Deep learning is a type of machine learning that holds powerful potential for organizations dealing with massive amounts of data, and IBM PowerAI is the first enterprise distribution of open-source deep learning software. “Enterprises should look at deep learning when they have enough data—as the amount of data increases, deep learning becomes more effective and accurate than traditional machine learning methods,” Gupta advises.

Traditional machine learning uses algorithms that are programmed to learn and adapt based on a particular domain and data. Deep learning is a raw neural network that’s almost domain-independent. Deep learning adapts to a domain by using models that identify important features in the domain’s data automatically, making it easier than traditional machine learning methods for data scientists to use.

“In many ways, it learns like we do. The problem is that we have decades to learn, whereas computer models are expected to learn within months,” Gupta points out. So, the PowerAI team developed enhancements to accelerate deep learning performance. “Deep learning software sometimes takes days and weeks to run, but we’re able to bring that down to hours. That enables data scientists to run many more learning iterations and significantly improves developer productivity.”

Deep learning is opening new doors for companies like RowAnalytics, a U.K.-based firm that specializes in Internet of Things (IoT) and healthcare solutions. RowAnalytics solutions sometimes need to process massive data that’s too large for traditional computing architectures.

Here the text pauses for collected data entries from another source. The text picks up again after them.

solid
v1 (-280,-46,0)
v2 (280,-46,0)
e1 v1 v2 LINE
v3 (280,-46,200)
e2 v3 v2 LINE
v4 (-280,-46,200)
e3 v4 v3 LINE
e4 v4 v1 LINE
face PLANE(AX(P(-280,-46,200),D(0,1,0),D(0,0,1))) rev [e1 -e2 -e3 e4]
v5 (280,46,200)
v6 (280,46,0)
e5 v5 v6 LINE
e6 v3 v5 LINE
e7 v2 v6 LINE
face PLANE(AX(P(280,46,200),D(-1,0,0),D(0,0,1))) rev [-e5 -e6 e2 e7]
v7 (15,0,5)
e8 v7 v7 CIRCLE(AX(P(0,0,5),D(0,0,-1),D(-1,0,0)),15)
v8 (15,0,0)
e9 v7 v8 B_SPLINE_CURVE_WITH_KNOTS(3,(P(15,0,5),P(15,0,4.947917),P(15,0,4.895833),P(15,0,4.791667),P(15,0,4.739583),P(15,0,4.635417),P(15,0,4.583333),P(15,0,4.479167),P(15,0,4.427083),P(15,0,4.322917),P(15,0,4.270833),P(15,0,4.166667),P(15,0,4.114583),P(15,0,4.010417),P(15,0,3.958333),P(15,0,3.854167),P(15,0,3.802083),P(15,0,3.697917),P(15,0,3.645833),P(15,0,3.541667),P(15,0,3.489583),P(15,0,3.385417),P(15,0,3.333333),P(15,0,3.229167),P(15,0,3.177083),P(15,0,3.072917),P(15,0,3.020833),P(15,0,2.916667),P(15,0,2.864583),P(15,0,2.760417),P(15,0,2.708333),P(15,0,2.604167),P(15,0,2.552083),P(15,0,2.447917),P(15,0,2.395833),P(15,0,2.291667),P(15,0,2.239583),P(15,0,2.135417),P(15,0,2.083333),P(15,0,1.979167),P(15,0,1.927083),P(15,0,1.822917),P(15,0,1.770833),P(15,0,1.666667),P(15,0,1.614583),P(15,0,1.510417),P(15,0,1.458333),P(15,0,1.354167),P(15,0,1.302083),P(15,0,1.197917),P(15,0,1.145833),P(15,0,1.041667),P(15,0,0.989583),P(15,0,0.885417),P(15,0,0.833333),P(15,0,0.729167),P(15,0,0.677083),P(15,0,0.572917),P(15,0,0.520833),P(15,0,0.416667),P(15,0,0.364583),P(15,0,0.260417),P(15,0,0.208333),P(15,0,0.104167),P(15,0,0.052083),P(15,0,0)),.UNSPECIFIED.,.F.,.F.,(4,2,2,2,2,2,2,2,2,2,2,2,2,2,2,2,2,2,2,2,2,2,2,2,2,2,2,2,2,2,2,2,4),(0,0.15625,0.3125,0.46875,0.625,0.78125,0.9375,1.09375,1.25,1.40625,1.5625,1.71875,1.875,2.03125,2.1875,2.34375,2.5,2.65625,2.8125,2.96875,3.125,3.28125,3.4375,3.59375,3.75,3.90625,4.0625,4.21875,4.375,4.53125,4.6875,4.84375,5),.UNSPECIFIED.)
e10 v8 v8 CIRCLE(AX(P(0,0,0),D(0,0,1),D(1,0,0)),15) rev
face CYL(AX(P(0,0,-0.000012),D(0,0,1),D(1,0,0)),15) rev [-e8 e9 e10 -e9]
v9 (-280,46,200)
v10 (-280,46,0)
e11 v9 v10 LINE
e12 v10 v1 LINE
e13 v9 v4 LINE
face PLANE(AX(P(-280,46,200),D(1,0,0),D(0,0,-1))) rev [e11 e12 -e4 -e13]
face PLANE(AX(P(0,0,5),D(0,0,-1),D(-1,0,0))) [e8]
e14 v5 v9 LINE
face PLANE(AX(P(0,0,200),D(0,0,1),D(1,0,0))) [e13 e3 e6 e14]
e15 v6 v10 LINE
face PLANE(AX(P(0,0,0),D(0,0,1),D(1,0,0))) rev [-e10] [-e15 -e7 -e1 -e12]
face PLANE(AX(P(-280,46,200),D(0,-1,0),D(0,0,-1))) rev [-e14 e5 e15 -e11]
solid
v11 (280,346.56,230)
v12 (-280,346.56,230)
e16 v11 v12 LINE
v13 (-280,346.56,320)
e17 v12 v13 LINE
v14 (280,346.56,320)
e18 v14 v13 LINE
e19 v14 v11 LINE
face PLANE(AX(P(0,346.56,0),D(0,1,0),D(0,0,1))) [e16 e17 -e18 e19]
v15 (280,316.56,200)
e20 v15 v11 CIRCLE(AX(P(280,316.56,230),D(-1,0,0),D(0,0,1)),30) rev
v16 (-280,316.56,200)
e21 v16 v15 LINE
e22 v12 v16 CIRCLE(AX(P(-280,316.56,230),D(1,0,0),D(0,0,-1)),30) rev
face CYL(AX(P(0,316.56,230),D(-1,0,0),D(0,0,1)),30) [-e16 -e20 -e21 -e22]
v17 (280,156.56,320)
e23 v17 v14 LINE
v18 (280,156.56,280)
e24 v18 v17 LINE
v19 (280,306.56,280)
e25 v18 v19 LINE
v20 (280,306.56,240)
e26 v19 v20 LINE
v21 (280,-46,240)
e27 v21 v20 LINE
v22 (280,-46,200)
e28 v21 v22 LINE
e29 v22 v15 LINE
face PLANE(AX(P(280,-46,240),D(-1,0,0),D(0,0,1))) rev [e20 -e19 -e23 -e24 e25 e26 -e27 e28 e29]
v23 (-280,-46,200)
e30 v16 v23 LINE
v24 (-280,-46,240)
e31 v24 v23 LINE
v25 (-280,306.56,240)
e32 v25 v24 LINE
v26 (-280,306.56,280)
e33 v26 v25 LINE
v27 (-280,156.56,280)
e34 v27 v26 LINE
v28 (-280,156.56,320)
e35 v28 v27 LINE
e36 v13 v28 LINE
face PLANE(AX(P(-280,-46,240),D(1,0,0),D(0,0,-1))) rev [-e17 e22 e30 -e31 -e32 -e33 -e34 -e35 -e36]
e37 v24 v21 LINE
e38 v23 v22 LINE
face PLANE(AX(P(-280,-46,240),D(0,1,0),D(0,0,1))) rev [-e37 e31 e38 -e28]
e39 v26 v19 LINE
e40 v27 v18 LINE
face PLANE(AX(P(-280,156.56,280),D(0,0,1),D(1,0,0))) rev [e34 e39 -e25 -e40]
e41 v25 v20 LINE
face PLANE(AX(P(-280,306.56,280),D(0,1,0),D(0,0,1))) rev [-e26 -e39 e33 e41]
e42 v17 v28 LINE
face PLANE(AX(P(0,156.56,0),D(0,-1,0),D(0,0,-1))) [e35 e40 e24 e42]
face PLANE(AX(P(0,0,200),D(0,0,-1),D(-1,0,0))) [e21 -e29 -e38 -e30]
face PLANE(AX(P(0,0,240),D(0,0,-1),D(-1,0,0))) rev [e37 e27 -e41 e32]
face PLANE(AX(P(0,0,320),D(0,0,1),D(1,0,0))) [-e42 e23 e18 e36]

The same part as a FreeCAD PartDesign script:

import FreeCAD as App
import Part
import Sketcher

V = App.Vector
Q = App.Units.Quantity


def edges_at(feature, points):
    """Names of the edges that pass closest to the given points."""
    edges = feature.Shape.Edges
    near = lambda p: min(range(len(edges)), key=lambda i: edges[i].distToShape(Part.Vertex(*p))[0])
    return sorted({f"Edge{near(p) + 1}" for p in points})


def add_polygon(sketch, points):
    """Adds a closed chain of lines whose ends are joined by coincident constraints."""
    first, n = sketch.GeometryCount, len(points)
    for a, b in zip(points, points[1:] + points[:1]):
        sketch.addGeometry(Part.LineSegment(App.Vector(*a, 0), App.Vector(*b, 0)), False)
    for i in range(n):
        sketch.addConstraint(Sketcher.Constraint("Coincident", first + i, 2, first + (i + 1) % n, 1))

doc = App.newDocument("Part")
params = doc.addObject("Spreadsheet::Sheet", "Params")
for row, (alias, value) in enumerate([
    ("sketch1_width", "560 mm"),
    ("sketch1_height", "92 mm"),
    ("pad1_length", "200 mm"),
    ("sketch2_diameter", "30 mm"),
    ("pocket1_length", "480.561293 mm"),
    ("pocket1_length2", "5 mm"),
    ("sketch3_width", "560 mm"),
    ("sketch3_height", "352.56 mm"),
    ("pad2_length", "40 mm"),
    ("sketch4_width", "560 mm"),
    ("sketch4_height", "40 mm"),
    ("pad3_length", "40 mm"),
    ("sketch5_width", "560 mm"),
    ("sketch5_height", "40 mm"),
    ("pad4_length", "40 mm"),
    ("fillet_radius", "30 mm"),
    ("sketch6_width", "560 mm"),
    ("sketch6_height", "40 mm"),
    ("pad5_length", "40 mm"),
    ("sketch7_width", "560 mm"),
    ("sketch7_height", "40 mm"),
    ("pad6_length", "150 mm"),
], start=1):
    params.set(f"A{row}", alias)
    params.set(f"B{row}", "=" + value)
    params.setAlias(f"B{row}", alias)

body = doc.addObject("PartDesign::Body", "Body")

sketch1 = doc.addObject("Sketcher::SketchObject", "Sketch")
body.addObject(sketch1)
sketch1.AttachmentSupport = (doc.XY_Plane, [""])
sketch1.MapMode = "FlatFace"
add_polygon(sketch1, [(-280, 46), (-280, -46), (280, -46), (280, 46)])
sketch1.addConstraint([
    Sketcher.Constraint("Vertical", 0),
    Sketcher.Constraint("Horizontal", 1),
    Sketcher.Constraint("Vertical", 2),
    Sketcher.Constraint("Horizontal", 3),
    Sketcher.Constraint("Symmetric", 0, 2, 2, 2, -1, 1),
    Sketcher.Constraint("DistanceX", 1, 1, 1, 2, Q("560 mm")),
    Sketcher.Constraint("DistanceY", 0, 2, 0, 1, Q("92 mm")),
])
sketch1.setExpression("Constraints[9]", "Params.sketch1_width")
sketch1.setExpression("Constraints[10]", "Params.sketch1_height")
pad1 = doc.addObject("PartDesign::Pad", "Pad")
body.addObject(pad1)
pad1.Profile = sketch1
pad1.setExpression("Length", "Params.pad1_length")

sketch2 = doc.addObject("Sketcher::SketchObject", "Sketch001")
body.addObject(sketch2)
sketch2.AttachmentSupport = (doc.XY_Plane, [""])
sketch2.MapMode = "FlatFace"
sketch2.addGeometry(Part.Circle(V(0, 0, 0), V(0, 0, 1), 15), False)
sketch2.addConstraint([
    Sketcher.Constraint("Coincident", 0, 3, -1, 1),
    Sketcher.Constraint("Diameter", 0, Q("30 mm")),
])
sketch2.setExpression("Constraints[1]", "Params.sketch2_diameter")
pocket1 = doc.addObject("PartDesign::Pocket", "Pocket")
body.addObject(pocket1)
pocket1.Profile = sketch2
pocket1.Type = "TwoLengths"
pocket1.setExpression("Length", "Params.pocket1_length")
pocket1.setExpression("Length2", "Params.pocket1_length2")
body2 = doc.addObject("PartDesign::Body", "Body001")

sketch3 = doc.addObject("Sketcher::SketchObject", "Sketch002")
body2.addObject(sketch3)
sketch3.AttachmentSupport = (doc.getObject("XY_Plane001"), [""])
sketch3.MapMode = "FlatFace"
sketch3.AttachmentOffset = App.Placement(V(0, 0, 200), App.Rotation())
add_polygon(sketch3, [(-280, 306.56), (-280, -46), (280, -46), (280, 306.56)])
sketch3.addConstraint([
    Sketcher.Constraint("Vertical", 0),
    Sketcher.Constraint("Horizontal", 1),
    Sketcher.Constraint("Vertical", 2),
    Sketcher.Constraint("Horizontal", 3),
    Sketcher.Constraint("DistanceX", 1, 1, 1, 2, Q("560 mm")),
    Sketcher.Constraint("DistanceX", 0, 2, -1, 1, Q("280 mm")),
    Sketcher.Constraint("DistanceY", 0, 2, -1, 1, Q("46 mm")),
    Sketcher.Constraint("DistanceY", 0, 2, 0, 1, Q("352.56 mm")),
])
sketch3.setExpression("Constraints[8]", "Params.sketch3_width")
sketch3.setExpression("Constraints[11]", "Params.sketch3_height")
pad2 = doc.addObject("PartDesign::Pad", "Pad001")
body2.addObject(pad2)
pad2.Profile = sketch3
pad2.setExpression("Length", "Params.pad2_length")

sketch4 = doc.addObject("Sketcher::SketchObject", "Sketch003")
body2.addObject(sketch4)
sketch4.AttachmentSupport = (doc.getObject("XZ_Plane001"), [""])
sketch4.MapMode = "FlatFace"
sketch4.AttachmentOffset = App.Placement(V(0, 0, -306.56), App.Rotation())
add_polygon(sketch4, [(-280, 200), (-280, 240), (280, 240), (280, 200)])
sketch4.addConstraint([
    Sketcher.Constraint("Vertical", 0),
    Sketcher.Constraint("Horizontal", 1),
    Sketcher.Constraint("Vertical", 2),
    Sketcher.Constraint("Horizontal", 3),
    Sketcher.Constraint("DistanceX", 1, 1, 1, 2, Q("560 mm")),
    Sketcher.Constraint("DistanceY", 0, 1, 0, 2, Q("40 mm")),
    Sketcher.Constraint("DistanceX", 0, 2, -1, 1, Q("280 mm")),
    Sketcher.Constraint("DistanceY", -1, 1, 0, 2, Q("240 mm")),
])
sketch4.setExpression("Constraints[8]", "Params.sketch4_width")
sketch4.setExpression("Constraints[9]", "Params.sketch4_height")
pad3 = doc.addObject("PartDesign::Pad", "Pad002")
body2.addObject(pad3)
pad3.Profile = sketch4
pad3.setExpression("Length", "Params.pad3_length")
pad3.Reversed = True

sketch5 = doc.addObject("Sketcher::SketchObject", "Sketch004")
body2.addObject(sketch5)
sketch5.AttachmentSupport = (doc.getObject("XY_Plane001"), [""])
sketch5.MapMode = "FlatFace"
sketch5.AttachmentOffset = App.Placement(V(0, 0, 240), App.Rotation())
add_polygon(sketch5, [(-280, 346.56), (-280, 306.56), (280, 306.56), (280, 346.56)])
sketch5.addConstraint([
    Sketcher.Constraint("Vertical", 0),
    Sketcher.Constraint("Horizontal", 1),
    Sketcher.Constraint("Vertical", 2),
    Sketcher.Constraint("Horizontal", 3),
    Sketcher.Constraint("DistanceX", 1, 1, 1, 2, Q("560 mm")),
    Sketcher.Constraint("DistanceY", 0, 2, 0, 1, Q("40 mm")),
    Sketcher.Constraint("DistanceX", 0, 2, -1, 1, Q("280 mm")),
    Sketcher.Constraint("DistanceY", -1, 1, 0, 2, Q("306.56 mm")),
])
sketch5.setExpression("Constraints[8]", "Params.sketch5_width")
sketch5.setExpression("Constraints[9]", "Params.sketch5_height")
pad4 = doc.addObject("PartDesign::Pad", "Pad003")
body2.addObject(pad4)
pad4.Profile = sketch5
pad4.setExpression("Length", "Params.pad4_length")
doc.recompute()

fillet = doc.addObject("PartDesign::Fillet", "Fillet")
body2.addObject(fillet)
fillet.Base = (pad4, edges_at(pad4, [(0, 346.56, 200)]))
fillet.setExpression("Radius", "Params.fillet_radius")

sketch6 = doc.addObject("Sketcher::SketchObject", "Sketch005")
body2.addObject(sketch6)
sketch6.AttachmentSupport = (doc.getObject("XY_Plane001"), [""])
sketch6.MapMode = "FlatFace"
sketch6.AttachmentOffset = App.Placement(V(0, 0, 280), App.Rotation())
add_polygon(sketch6, [(-280, 346.56), (-280, 306.56), (280, 306.56), (280, 346.56)])
sketch6.addConstraint([
    Sketcher.Constraint("Vertical", 0),
    Sketcher.Constraint("Horizontal", 1),
    Sketcher.Constraint("Vertical", 2),
    Sketcher.Constraint("Horizontal", 3),
    Sketcher.Constraint("DistanceX", 1, 1, 1, 2, Q("560 mm")),
    Sketcher.Constraint("DistanceY", 0, 2, 0, 1, Q("40 mm")),
    Sketcher.Constraint("DistanceX", 0, 2, -1, 1, Q("280 mm")),
    Sketcher.Constraint("DistanceY", -1, 1, 0, 2, Q("306.56 mm")),
])
sketch6.setExpression("Constraints[8]", "Params.sketch6_width")
sketch6.setExpression("Constraints[9]", "Params.sketch6_height")
pad5 = doc.addObject("PartDesign::Pad", "Pad004")
body2.addObject(pad5)
pad5.Profile = sketch6
pad5.setExpression("Length", "Params.pad5_length")

sketch7 = doc.addObject("Sketcher::SketchObject", "Sketch006")
body2.addObject(sketch7)
sketch7.AttachmentSupport = (doc.getObject("XZ_Plane001"), [""])
sketch7.MapMode = "FlatFace"
sketch7.AttachmentOffset = App.Placement(V(0, 0, -306.56), App.Rotation())
add_polygon(sketch7, [(-280, 320), (-280, 280), (280, 280), (280, 320)])
sketch7.addConstraint([
    Sketcher.Constraint("Vertical", 0),
    Sketcher.Constraint("Horizontal", 1),
    Sketcher.Constraint("Vertical", 2),
    Sketcher.Constraint("Horizontal", 3),
    Sketcher.Constraint("DistanceX", 1, 1, 1, 2, Q("560 mm")),
    Sketcher.Constraint("DistanceY", 0, 2, 0, 1, Q("40 mm")),
    Sketcher.Constraint("DistanceX", 0, 2, -1, 1, Q("280 mm")),
    Sketcher.Constraint("DistanceY", -1, 1, 0, 2, Q("280 mm")),
])
sketch7.setExpression("Constraints[8]", "Params.sketch7_width")
sketch7.setExpression("Constraints[9]", "Params.sketch7_height")
pad6 = doc.addObject("PartDesign::Pad", "Pad005")
body2.addObject(pad6)
pad6.Profile = sketch7
pad6.setExpression("Length", "Params.pad6_length")

doc.recompute()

But PowerAI in conjunction with IBM Power Systems provides exclusive large memory support with deep learning that lets RowAnalytics analyze such data sets without breaking them up across multiple systems. The outcome is faster and more precise analysis.

The PowerAI team is also working with other companies developing machine learning and analytics software to add new capabilities. For instance, the team is working with Anaconda to tightly integrate tools and libraries popular among Python programmers. They’re also working with H2O to improve integration of the company’s machine learning libraries.

Getting Smarter

Getting started with AI and deep learning can be daunting for many enterprises. “People in industry have doubts of ‘I’m not sure this is useful for me. I don’t know if it applies to the problem I’m trying to solve. I don’t have the right talent to do the work.’ ” Gupta says.

Although the work takes time, the PowerAI team is building resources that help enterprises get up to speed as quickly as possible, capturing use cases and even reference architectures to help accelerate deployment. “Essentially, we’re becoming a repository for our clients to be able to learn, understand and get started with AI quickly.”

Today, deep learning solutions are already analyzing medical data to help improve patient treatment, analyzing internet data to thwart cyberattacks and analyzing financial data to better predict loan risks and detect fraud. “If we can improve fraud detection for credit cards—even by 1 percent—we’re talking hundreds of millions of dollars saved a year,” Gupta says.

“Enterprises have seen the potential—and now they’re getting the tools to explore ‘the art of the possible,’ finding ways to turn new technology into competitive solutions.”